Re: Fwd: Lexar NM790 SSDs are not recognized anymore after 6.1.50 LTS

From: Linux regression tracking (Thorsten Leemhuis)
Date: Tue Sep 05 2023 - 12:35:44 EST


On 05.09.23 16:35, Keith Busch wrote:
> On Tue, Sep 05, 2023 at 01:37:36PM +0200, Linux regression tracking (Thorsten Leemhuis) wrote:
>> On 04.09.23 13:07, Bagas Sanjaya wrote:
>>>
>>> I notice a regression report on Bugzilla [1]. Quoting from it:
>>>
>>>> I bought a new 4 TB Lexar NM790 and I was using kernel 6.3.13 at the time. It wasn't recognized, with these messages in dmesg:
>>>>
>>>> [ 358.950147] nvme nvme0: pci function 0000:06:00.0
>>>> [ 358.958327] nvme nvme0: Device not ready; aborting initialisation, CSTS=0x0
>>>>
>>>> My other NVMe appears correctly in the nvme list though.
>>>>
>>>>
>>>> So I tried using other kernels I had installed at the time: 6.3.7, 6.4.10, 6.5.0rc6, 6.5.0, 6.5.1 and none of these recognized the disk.
>>>> I installed the 6.1.50 lts kernel from arch repositories (I can compile my own too if this would be an issue) and then the device was correctly recognized:
>>>>
>>>> [ 4.654613] nvme 0000:06:00.0: platform quirk: setting simple suspend
>>>> [ 4.654632] nvme nvme0: pci function 0000:06:00.0
>>>> [ 4.667290] nvme nvme0: allocated 40 MiB host memory buffer.
>>>> [ 4.709473] nvme nvme0: 16/0/0 default/read/poll queues
>>
>> FWIW, the quoted mail missed one crucial detail:
>> """
>> Claudio Sampaio 2023-09-02 19:04:29 UTC
>>
>> Adding the two lines
>>
>> │ 3457 { PCI_DEVICE(0x1d97, 0x1602), /* Lexar NM790 */
>> │ 3458 │ .driver_data = NVME_QUIRK_BOGUS_NID, },
>>
>> in file drivers/nvme/host/pci.c made my NVMe work correctly. Compiled a
>> new 6.5.1 kernel and everything works.
>> """
>>
>> @NVME maintainers: is there anything more you need from Claudio at this
>> point?
>
> Yes: it doesn't really make any sense. The report says the device
> stopped showing up with message:
>
> nvme nvme0: Device not ready; aborting initialisation, CSTS=0x0
>
> That (a) happens long before the mentioned quirk is considered by the
> driver, and (b) the "quirk" behavior is now the default in 6.5 and
> several of the listed stable kernels anyway.
>
> It more likely sounds like the device is flaky and either never becomes
> ready due to some unspecified internal firmware condition, or
> inaccurately reports how long it actually needs to become ready in
> worst-case-scenario.

Thx, I kinda suspected something like that, but I kept my mouth shut, as
I feared comments from the cheap seats might be more harmful then helpful.

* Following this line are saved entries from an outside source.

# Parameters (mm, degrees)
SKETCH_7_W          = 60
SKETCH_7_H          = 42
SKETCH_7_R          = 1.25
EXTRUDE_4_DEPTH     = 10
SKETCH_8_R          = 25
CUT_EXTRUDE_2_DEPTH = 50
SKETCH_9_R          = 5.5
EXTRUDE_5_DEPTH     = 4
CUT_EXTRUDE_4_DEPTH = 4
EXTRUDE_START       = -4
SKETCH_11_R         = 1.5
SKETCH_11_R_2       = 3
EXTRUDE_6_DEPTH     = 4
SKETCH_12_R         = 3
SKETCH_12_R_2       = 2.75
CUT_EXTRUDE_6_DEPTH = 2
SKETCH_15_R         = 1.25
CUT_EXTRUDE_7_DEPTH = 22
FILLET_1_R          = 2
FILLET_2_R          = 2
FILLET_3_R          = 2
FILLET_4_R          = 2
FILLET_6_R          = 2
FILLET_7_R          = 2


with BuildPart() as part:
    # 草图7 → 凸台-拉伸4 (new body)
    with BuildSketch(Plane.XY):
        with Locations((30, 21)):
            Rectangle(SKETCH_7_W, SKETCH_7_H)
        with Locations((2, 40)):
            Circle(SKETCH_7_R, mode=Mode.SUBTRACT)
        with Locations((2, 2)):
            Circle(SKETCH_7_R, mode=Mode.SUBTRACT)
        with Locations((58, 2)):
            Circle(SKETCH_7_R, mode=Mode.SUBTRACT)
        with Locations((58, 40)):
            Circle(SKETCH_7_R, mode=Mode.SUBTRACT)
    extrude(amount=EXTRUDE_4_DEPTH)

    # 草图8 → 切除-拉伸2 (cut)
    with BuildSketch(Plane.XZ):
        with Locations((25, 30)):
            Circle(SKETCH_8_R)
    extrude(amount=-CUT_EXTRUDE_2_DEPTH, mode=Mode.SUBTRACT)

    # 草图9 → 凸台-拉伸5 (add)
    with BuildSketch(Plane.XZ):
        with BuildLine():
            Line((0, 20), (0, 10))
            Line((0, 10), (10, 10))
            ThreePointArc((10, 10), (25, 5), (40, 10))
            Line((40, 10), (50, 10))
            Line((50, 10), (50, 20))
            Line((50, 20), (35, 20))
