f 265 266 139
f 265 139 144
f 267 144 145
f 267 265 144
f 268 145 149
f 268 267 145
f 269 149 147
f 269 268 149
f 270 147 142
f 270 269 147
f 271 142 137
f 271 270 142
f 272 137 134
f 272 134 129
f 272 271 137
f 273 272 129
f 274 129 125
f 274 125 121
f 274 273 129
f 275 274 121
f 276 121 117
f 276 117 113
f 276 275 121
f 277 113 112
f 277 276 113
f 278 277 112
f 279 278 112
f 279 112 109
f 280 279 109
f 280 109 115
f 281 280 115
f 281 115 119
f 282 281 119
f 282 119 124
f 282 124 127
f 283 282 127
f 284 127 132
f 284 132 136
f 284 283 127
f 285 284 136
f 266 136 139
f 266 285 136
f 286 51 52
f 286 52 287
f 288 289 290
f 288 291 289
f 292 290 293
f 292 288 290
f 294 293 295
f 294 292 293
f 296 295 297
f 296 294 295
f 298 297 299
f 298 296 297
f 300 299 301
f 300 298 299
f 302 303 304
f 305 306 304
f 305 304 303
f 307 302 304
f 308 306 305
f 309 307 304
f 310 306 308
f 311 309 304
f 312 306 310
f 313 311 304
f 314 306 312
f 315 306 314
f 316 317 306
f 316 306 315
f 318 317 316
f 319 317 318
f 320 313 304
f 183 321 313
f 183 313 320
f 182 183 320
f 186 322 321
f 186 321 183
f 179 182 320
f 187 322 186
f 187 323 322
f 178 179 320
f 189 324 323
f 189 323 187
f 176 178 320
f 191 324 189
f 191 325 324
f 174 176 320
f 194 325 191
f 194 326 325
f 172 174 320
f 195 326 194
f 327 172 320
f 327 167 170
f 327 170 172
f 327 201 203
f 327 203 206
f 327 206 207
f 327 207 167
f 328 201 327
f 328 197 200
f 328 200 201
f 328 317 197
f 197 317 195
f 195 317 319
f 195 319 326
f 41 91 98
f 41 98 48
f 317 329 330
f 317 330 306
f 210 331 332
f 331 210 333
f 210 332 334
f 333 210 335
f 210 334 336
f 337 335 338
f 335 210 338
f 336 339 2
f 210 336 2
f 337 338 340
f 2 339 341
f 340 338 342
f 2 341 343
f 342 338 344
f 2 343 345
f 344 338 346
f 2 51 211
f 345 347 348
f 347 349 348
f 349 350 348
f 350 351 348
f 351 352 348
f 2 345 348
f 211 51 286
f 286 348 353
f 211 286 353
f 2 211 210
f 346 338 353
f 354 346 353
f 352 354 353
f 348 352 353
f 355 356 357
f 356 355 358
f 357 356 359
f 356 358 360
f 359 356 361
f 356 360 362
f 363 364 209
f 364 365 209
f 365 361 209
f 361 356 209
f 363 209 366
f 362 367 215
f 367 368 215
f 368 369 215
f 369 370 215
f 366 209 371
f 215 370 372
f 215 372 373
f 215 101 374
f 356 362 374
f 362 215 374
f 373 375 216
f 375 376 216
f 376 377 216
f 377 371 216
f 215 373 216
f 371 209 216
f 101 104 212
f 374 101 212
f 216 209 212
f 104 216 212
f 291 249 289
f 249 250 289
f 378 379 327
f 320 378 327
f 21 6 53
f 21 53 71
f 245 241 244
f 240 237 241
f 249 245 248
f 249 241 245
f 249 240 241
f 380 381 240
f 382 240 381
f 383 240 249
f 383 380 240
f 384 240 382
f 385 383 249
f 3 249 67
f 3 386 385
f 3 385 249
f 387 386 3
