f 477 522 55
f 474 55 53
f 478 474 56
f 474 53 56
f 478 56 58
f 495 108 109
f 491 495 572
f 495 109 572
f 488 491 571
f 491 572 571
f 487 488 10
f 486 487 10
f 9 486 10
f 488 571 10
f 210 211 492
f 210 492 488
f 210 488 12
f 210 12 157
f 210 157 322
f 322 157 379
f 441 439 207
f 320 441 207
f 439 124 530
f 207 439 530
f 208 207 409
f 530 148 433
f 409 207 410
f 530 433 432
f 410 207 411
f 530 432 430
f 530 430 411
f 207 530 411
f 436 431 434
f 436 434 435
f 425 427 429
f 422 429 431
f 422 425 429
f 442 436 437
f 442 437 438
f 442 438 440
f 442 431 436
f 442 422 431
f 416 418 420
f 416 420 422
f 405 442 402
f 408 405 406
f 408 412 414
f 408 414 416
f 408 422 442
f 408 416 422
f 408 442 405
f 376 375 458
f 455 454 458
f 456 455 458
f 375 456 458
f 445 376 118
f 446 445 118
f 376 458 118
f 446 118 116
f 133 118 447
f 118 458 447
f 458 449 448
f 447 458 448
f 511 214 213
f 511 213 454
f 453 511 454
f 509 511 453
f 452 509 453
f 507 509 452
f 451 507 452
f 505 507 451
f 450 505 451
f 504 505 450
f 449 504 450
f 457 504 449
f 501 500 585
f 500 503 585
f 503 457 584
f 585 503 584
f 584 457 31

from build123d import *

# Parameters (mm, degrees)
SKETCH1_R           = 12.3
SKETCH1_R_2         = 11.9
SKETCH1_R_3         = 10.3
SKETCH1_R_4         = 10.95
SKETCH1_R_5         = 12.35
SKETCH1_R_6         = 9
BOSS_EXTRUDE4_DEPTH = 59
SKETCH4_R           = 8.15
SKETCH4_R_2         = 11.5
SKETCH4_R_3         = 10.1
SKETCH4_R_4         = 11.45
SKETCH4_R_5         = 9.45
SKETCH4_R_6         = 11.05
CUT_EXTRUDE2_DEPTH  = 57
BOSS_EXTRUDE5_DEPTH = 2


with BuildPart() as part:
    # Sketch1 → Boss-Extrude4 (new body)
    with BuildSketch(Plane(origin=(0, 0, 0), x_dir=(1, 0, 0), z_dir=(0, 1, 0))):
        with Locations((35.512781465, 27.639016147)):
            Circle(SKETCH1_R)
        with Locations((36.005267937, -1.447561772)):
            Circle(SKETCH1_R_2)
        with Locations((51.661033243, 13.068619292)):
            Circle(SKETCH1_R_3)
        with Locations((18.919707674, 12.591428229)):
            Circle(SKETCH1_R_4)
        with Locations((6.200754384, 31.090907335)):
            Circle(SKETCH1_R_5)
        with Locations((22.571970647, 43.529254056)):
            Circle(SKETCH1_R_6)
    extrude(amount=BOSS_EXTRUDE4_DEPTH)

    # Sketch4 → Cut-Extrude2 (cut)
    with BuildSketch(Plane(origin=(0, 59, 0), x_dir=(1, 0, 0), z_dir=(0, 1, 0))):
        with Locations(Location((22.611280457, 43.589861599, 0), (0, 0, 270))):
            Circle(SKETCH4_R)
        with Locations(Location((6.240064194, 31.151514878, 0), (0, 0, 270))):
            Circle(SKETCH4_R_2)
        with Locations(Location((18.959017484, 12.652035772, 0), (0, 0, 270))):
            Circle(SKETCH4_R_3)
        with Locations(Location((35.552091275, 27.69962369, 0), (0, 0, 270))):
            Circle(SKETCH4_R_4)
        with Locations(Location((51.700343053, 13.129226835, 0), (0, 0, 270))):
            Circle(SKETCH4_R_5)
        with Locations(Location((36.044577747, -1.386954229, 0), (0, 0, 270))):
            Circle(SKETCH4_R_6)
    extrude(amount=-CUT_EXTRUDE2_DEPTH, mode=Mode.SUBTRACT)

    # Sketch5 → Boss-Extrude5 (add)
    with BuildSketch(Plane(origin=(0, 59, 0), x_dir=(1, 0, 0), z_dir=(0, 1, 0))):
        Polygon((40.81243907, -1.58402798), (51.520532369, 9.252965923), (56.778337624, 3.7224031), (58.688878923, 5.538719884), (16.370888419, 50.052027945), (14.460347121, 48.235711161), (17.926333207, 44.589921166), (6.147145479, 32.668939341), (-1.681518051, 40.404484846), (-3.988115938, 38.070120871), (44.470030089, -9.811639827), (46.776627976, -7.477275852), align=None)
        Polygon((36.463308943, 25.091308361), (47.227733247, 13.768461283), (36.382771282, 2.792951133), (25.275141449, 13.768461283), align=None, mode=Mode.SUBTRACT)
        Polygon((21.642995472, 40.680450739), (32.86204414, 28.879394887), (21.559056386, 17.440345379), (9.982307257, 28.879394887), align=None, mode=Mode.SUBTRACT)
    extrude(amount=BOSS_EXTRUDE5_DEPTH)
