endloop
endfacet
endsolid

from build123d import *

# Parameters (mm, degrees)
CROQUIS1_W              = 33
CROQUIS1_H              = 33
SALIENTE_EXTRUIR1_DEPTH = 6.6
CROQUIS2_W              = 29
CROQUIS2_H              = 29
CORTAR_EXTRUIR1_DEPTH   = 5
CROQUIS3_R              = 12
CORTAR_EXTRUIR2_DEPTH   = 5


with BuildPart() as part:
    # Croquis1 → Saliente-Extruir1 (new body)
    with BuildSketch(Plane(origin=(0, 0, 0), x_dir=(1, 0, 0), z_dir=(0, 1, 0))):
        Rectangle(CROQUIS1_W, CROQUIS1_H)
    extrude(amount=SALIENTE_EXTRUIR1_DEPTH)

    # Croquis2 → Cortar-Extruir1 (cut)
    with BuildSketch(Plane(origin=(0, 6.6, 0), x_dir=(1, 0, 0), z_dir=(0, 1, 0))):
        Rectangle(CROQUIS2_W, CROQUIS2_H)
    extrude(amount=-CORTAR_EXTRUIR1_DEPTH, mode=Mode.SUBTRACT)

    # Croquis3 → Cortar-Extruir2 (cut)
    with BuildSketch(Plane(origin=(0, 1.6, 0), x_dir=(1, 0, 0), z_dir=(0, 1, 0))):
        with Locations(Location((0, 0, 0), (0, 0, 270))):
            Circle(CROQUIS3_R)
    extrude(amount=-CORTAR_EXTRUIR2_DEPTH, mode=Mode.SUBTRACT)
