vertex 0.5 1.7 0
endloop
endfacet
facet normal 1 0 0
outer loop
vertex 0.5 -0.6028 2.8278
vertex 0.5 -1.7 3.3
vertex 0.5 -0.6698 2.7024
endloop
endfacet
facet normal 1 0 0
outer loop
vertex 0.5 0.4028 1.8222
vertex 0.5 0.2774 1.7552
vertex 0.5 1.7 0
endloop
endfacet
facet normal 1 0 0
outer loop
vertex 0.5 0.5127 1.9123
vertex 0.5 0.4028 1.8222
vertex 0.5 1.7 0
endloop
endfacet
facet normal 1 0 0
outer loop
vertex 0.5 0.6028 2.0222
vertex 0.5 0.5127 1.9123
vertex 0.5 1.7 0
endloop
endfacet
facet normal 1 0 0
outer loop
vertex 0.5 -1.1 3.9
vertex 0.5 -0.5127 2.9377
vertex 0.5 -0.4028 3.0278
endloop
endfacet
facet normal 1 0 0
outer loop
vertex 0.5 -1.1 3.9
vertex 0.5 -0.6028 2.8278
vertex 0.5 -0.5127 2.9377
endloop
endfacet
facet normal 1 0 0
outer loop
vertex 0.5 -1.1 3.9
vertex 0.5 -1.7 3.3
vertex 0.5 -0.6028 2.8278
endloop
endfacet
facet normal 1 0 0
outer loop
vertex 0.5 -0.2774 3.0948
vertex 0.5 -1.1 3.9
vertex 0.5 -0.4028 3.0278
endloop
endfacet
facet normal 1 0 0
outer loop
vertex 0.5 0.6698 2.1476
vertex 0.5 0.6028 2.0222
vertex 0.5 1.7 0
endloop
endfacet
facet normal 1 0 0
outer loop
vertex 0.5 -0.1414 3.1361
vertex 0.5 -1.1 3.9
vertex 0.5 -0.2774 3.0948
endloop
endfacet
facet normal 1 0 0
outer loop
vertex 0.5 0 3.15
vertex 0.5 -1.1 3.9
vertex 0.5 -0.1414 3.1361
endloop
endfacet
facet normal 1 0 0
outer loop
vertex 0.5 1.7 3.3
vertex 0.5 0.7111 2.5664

But what can Claudio do to find the root cause? Check hardware
(especially the connectors), update firmware, ...? And if that doesn't
lead to anything, bisect the issue?

Ciao, Thorsten (wearing his 'the Linux kernel's regression tracker' hat)
--
Everything you wanna know about Linux kernel regression tracking:
https://linux-regtracking.leemhuis.info/about/#tldr
If I did something stupid, please tell me, as explained on that page.